Clafoutis (It's a French word pronounced kla-FOO-tee. I had way to much fun saying that! It made me feel so French and fancy. :)
4 eggs
2 cups milk or rice milk
1/3 cup flour
1/3 cup sugar
1/4 teaspoon salt
1 teaspoon almond extract (pretty strong- besure not to put more then a tsp) or vanilla extract
1/2 cup fresh or frozen fruit of your choice (cherries, blueberries, raspberries, or peaches)

Place all the ingredients except the fruit into a blender. Blend on low speed for about 30 seconds. Pour into a quiche dish or ovenproof glass dish. Put fruit on top. Cook at 350 for 45 minutes or until clafoutis is not very jiggly.

Note: I didn't add the fruit. Instead a created this sauce.

Raspberry Sauce
about 1-1/2 cup cold water
1-2 Tbs cornstarch
1/4 cup sugar
1/2 cup fresh or frozen raspberries (or other fruit)

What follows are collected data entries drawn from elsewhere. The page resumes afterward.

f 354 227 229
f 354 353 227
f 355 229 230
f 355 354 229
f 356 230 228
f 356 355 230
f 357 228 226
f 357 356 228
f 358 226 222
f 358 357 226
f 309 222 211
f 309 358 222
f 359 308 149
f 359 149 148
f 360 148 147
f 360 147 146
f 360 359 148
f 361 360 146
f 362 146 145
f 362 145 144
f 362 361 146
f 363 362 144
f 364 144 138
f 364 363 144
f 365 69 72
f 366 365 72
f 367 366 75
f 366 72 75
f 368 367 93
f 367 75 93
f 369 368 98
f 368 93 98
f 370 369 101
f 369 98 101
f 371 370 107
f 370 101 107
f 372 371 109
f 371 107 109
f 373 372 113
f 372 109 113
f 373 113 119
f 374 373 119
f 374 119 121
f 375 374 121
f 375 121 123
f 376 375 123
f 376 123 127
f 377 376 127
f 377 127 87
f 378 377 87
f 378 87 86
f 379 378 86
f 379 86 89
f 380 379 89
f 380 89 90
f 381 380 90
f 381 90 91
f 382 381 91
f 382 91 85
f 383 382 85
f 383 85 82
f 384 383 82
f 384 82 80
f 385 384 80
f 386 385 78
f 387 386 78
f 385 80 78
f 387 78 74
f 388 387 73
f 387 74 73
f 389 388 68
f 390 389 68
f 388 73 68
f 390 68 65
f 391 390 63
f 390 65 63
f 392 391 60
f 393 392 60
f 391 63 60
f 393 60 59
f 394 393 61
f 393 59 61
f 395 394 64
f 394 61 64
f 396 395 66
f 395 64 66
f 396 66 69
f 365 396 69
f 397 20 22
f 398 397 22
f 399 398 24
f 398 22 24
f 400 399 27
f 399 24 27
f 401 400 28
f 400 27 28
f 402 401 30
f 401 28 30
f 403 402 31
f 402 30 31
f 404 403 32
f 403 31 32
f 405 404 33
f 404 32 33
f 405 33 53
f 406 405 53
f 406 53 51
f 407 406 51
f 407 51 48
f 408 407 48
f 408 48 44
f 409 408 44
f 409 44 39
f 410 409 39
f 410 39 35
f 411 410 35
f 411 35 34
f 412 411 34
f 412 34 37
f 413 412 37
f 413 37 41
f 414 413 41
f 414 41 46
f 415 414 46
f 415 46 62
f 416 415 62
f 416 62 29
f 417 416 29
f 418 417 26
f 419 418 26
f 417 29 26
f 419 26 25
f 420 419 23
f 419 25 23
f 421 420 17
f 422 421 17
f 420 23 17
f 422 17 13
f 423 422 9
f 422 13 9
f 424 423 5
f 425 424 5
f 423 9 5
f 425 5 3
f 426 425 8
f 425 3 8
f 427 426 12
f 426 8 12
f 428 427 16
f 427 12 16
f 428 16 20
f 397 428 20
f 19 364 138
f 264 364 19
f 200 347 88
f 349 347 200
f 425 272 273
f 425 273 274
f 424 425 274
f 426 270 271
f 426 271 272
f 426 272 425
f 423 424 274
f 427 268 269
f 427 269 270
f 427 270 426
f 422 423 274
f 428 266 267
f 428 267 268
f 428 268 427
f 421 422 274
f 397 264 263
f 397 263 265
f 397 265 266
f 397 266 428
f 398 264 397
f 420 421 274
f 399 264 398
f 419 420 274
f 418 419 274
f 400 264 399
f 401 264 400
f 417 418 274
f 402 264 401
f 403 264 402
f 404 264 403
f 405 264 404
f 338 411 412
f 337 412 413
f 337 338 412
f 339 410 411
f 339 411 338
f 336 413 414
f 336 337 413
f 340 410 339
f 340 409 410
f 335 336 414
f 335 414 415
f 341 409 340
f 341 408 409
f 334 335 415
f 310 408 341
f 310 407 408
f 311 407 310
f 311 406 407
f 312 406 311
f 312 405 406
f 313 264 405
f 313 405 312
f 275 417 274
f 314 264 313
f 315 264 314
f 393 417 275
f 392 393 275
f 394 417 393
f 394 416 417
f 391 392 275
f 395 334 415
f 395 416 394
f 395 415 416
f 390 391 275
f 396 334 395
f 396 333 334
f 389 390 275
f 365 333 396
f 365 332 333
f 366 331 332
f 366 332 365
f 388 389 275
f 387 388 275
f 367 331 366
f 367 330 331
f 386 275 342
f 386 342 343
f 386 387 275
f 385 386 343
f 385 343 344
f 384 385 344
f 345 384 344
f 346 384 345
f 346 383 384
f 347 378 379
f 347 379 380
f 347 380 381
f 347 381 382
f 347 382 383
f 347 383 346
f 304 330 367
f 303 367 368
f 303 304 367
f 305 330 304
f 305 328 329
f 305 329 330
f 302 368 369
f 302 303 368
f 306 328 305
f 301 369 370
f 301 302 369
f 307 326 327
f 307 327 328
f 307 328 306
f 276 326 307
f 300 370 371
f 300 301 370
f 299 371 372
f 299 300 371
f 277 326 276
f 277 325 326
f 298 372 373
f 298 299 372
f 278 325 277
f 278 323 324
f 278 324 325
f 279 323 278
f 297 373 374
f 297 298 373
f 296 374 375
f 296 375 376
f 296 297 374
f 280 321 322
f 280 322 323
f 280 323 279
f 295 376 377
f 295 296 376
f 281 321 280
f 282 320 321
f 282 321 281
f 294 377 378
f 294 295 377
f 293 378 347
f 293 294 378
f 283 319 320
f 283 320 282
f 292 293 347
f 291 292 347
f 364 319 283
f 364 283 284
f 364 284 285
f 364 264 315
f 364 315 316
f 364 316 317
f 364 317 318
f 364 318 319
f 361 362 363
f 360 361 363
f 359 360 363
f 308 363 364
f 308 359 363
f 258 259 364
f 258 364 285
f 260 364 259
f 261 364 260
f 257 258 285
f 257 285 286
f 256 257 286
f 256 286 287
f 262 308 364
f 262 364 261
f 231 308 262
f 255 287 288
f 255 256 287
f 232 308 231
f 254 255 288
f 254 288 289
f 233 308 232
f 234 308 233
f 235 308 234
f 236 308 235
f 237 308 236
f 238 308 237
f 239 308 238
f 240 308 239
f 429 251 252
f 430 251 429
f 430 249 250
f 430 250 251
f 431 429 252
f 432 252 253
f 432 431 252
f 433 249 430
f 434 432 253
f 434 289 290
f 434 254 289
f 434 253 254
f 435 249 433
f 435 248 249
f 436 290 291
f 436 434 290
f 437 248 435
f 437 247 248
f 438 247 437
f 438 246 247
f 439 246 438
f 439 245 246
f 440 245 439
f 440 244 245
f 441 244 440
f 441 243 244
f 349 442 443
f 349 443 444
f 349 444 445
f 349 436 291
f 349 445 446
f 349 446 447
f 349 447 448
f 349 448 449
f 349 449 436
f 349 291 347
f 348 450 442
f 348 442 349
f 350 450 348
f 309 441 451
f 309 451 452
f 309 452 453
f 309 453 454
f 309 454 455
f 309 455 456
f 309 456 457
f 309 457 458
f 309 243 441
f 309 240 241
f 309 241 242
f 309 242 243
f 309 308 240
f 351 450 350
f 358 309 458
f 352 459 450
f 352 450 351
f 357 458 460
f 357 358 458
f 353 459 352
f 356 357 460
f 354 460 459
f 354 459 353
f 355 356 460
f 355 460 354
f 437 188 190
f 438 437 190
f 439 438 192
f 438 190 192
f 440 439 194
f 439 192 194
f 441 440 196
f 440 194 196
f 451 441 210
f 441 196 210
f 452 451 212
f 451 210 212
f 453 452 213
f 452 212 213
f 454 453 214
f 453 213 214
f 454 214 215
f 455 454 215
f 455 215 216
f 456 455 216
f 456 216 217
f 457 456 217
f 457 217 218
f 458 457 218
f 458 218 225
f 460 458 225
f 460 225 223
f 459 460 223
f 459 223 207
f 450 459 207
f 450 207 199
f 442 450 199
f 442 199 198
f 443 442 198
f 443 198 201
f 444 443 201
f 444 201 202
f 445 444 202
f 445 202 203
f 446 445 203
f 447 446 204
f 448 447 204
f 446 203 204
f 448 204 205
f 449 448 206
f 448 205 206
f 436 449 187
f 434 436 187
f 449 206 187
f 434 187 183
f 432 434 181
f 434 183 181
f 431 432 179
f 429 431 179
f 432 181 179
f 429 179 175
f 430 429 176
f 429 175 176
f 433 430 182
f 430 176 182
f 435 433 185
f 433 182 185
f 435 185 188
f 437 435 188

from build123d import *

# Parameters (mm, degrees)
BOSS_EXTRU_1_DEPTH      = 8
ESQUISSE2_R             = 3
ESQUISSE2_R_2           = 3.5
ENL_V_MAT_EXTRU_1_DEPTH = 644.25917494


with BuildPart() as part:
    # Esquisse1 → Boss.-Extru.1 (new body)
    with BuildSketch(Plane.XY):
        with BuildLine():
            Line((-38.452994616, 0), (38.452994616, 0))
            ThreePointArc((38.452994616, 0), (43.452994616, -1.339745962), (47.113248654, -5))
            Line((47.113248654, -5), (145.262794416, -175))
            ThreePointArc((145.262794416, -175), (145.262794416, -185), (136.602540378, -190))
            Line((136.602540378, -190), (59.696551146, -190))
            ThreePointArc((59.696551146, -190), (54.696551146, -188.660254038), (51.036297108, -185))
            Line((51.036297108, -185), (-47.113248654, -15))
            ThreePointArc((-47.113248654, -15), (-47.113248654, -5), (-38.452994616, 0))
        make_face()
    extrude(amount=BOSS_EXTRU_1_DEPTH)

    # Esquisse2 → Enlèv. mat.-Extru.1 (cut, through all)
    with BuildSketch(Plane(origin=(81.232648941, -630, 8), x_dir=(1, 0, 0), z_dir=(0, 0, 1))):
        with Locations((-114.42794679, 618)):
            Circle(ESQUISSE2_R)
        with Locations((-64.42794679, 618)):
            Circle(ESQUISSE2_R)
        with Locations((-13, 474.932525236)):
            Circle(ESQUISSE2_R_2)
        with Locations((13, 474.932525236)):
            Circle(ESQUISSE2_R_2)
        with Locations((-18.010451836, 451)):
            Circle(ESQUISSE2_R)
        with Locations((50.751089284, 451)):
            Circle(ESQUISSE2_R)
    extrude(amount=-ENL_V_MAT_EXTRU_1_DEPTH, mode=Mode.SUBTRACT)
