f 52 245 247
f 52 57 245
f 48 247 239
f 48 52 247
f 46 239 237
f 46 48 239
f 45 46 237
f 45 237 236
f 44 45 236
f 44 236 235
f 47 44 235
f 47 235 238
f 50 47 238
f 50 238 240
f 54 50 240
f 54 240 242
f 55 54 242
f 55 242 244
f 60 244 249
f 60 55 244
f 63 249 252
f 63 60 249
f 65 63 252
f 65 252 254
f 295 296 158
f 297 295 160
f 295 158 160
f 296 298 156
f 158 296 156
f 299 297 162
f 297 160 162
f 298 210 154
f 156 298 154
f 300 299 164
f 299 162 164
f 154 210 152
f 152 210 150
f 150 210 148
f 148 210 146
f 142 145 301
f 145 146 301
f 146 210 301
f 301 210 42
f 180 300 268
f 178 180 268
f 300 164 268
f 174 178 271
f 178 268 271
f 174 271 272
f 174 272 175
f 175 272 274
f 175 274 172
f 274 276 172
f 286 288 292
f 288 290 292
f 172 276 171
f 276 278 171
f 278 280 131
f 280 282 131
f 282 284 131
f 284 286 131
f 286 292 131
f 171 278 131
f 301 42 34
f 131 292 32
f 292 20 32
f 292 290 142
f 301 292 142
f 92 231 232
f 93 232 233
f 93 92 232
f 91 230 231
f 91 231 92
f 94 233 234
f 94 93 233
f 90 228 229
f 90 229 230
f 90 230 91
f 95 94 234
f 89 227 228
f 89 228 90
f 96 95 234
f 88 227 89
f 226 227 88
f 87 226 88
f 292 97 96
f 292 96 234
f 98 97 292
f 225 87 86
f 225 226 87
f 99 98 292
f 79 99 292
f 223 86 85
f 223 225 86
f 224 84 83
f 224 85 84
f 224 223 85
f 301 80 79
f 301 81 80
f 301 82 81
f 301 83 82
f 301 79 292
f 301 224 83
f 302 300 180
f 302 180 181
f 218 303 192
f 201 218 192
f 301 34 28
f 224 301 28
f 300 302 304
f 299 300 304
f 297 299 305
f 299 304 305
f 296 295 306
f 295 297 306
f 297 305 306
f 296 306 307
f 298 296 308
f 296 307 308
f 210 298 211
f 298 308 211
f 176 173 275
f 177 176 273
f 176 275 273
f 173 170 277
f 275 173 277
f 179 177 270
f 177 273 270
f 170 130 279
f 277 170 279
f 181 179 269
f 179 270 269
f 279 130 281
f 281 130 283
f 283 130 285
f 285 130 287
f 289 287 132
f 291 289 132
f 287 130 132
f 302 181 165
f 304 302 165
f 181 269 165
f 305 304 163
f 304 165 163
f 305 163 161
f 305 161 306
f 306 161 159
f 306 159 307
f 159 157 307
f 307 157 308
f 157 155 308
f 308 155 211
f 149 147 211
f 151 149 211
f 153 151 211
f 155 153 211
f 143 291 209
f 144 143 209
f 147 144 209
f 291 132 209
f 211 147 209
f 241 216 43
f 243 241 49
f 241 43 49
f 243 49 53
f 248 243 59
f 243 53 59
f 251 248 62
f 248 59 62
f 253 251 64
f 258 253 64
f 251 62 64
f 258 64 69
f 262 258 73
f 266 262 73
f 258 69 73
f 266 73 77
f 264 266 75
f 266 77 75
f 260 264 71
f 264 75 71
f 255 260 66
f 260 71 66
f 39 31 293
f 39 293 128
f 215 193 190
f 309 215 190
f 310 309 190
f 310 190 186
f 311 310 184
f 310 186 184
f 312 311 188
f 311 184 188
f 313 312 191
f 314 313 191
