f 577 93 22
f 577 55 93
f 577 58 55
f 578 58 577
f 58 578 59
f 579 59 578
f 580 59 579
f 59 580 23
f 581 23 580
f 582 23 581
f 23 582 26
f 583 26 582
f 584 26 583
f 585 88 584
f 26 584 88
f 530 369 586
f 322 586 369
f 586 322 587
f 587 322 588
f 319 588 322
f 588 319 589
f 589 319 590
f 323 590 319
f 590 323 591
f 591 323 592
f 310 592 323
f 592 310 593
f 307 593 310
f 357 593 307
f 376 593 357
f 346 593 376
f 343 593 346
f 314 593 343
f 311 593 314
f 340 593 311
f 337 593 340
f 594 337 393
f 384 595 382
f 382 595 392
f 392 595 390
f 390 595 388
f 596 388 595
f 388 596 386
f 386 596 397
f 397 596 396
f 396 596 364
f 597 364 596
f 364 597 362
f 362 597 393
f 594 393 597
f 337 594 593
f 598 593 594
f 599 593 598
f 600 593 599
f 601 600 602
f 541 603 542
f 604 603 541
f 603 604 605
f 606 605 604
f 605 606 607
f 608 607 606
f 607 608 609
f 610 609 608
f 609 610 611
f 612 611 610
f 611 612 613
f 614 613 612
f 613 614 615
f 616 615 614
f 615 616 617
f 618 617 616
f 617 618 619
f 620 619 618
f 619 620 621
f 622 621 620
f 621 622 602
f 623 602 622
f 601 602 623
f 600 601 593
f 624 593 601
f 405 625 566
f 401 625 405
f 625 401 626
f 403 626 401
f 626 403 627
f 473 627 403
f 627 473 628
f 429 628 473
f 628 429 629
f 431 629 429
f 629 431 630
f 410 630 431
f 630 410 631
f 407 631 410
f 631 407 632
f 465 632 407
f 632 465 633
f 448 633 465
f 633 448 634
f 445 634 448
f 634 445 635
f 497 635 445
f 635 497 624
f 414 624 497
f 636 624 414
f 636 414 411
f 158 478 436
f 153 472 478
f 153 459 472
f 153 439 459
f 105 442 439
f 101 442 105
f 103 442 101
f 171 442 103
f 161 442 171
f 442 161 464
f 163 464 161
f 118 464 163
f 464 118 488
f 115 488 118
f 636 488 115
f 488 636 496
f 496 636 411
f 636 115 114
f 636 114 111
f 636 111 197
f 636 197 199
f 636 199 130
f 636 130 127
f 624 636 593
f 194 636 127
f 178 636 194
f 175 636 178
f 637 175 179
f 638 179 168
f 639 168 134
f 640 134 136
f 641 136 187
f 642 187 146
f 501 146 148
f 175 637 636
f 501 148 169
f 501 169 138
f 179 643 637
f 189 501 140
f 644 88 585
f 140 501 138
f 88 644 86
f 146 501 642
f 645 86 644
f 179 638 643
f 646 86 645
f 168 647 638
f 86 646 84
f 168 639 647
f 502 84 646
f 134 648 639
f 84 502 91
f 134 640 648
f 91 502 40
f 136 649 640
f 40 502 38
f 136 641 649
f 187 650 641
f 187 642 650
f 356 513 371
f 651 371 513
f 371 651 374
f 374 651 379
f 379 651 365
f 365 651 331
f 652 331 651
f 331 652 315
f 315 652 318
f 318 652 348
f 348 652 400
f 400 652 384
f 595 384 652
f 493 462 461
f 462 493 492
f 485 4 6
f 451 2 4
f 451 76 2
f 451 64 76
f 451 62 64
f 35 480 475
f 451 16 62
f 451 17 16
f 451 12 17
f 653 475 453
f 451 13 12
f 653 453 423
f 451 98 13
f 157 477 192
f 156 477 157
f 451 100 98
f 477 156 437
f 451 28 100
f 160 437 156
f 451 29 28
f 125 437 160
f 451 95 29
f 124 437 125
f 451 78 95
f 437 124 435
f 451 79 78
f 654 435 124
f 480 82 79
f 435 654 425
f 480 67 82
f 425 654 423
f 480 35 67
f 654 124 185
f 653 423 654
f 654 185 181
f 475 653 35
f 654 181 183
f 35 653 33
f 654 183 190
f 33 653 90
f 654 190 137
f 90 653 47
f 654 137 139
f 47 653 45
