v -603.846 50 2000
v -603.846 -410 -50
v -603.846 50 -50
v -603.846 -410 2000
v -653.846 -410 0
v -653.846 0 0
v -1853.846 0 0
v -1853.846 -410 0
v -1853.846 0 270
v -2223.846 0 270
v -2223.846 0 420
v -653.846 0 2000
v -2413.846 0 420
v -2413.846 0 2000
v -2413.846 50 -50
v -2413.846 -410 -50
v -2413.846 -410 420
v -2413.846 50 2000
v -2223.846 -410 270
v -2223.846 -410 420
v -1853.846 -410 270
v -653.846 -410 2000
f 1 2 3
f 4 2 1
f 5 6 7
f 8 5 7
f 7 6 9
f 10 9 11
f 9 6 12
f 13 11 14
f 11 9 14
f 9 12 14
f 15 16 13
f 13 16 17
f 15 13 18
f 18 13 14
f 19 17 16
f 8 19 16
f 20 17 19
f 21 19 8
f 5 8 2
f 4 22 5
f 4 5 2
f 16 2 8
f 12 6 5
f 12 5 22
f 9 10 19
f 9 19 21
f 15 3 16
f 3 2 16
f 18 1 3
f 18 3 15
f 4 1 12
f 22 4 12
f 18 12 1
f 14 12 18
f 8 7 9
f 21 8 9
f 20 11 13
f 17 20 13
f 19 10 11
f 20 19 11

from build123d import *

# Parameters (mm, degrees)
F0_W     = 370
F0_H     = 270
F0_W_2   = 50
F0_H_2   = 2000
F1_DEPTH = 410
F2_W     = 1810
F2_H     = 2050
F3_DEPTH = 50


with BuildPart() as f1:
    # F0 (on Front) → F1 (new body)
    with BuildSketch(Plane.XZ):
        Polygon((-1853.846294, 0), (-2223.846294, 0), (-2413.846294, 0), (-2413.846294, -50), (-603.846294, -50), (-603.846294, 0), (-653.846294, 0), align=None)
        Polygon((-2413.846294, 0), (-2223.846294, 0), (-2223.846294, 270), (-2223.846294, 420), (-2413.846294, 420), align=None)
        with Locations((-2038.846294, 135)):
            Rectangle(F0_W, F0_H)
        with Locations((-628.846294, 1000)):
            Rectangle(F0_W_2, F0_H_2)
    extrude(amount=F1_DEPTH)

    # F2 (on face) → F3 (join)
    with BuildSketch(Plane(origin=(0, 0, 0), x_dir=(-1, 0, 0), z_dir=(0, 1, 0))):
        with Locations((1508.846294, 975)):
            Rectangle(F2_W, F2_H)
    extrude(amount=F3_DEPTH)


solid = f1.part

Pour the cold water into a small pot or sauce pan whisk in cornstarch. Stir in sugar and turn to medium heat and continue to stir- it will take a good five minutes or more of sitting there and stirring for it to thicken up like pie filling. When it does thicken, stir in the fruit and serve over something wonder like crepes or as a syrup for pancakes or a topping for cheesecake or.... just by itself :) you name it!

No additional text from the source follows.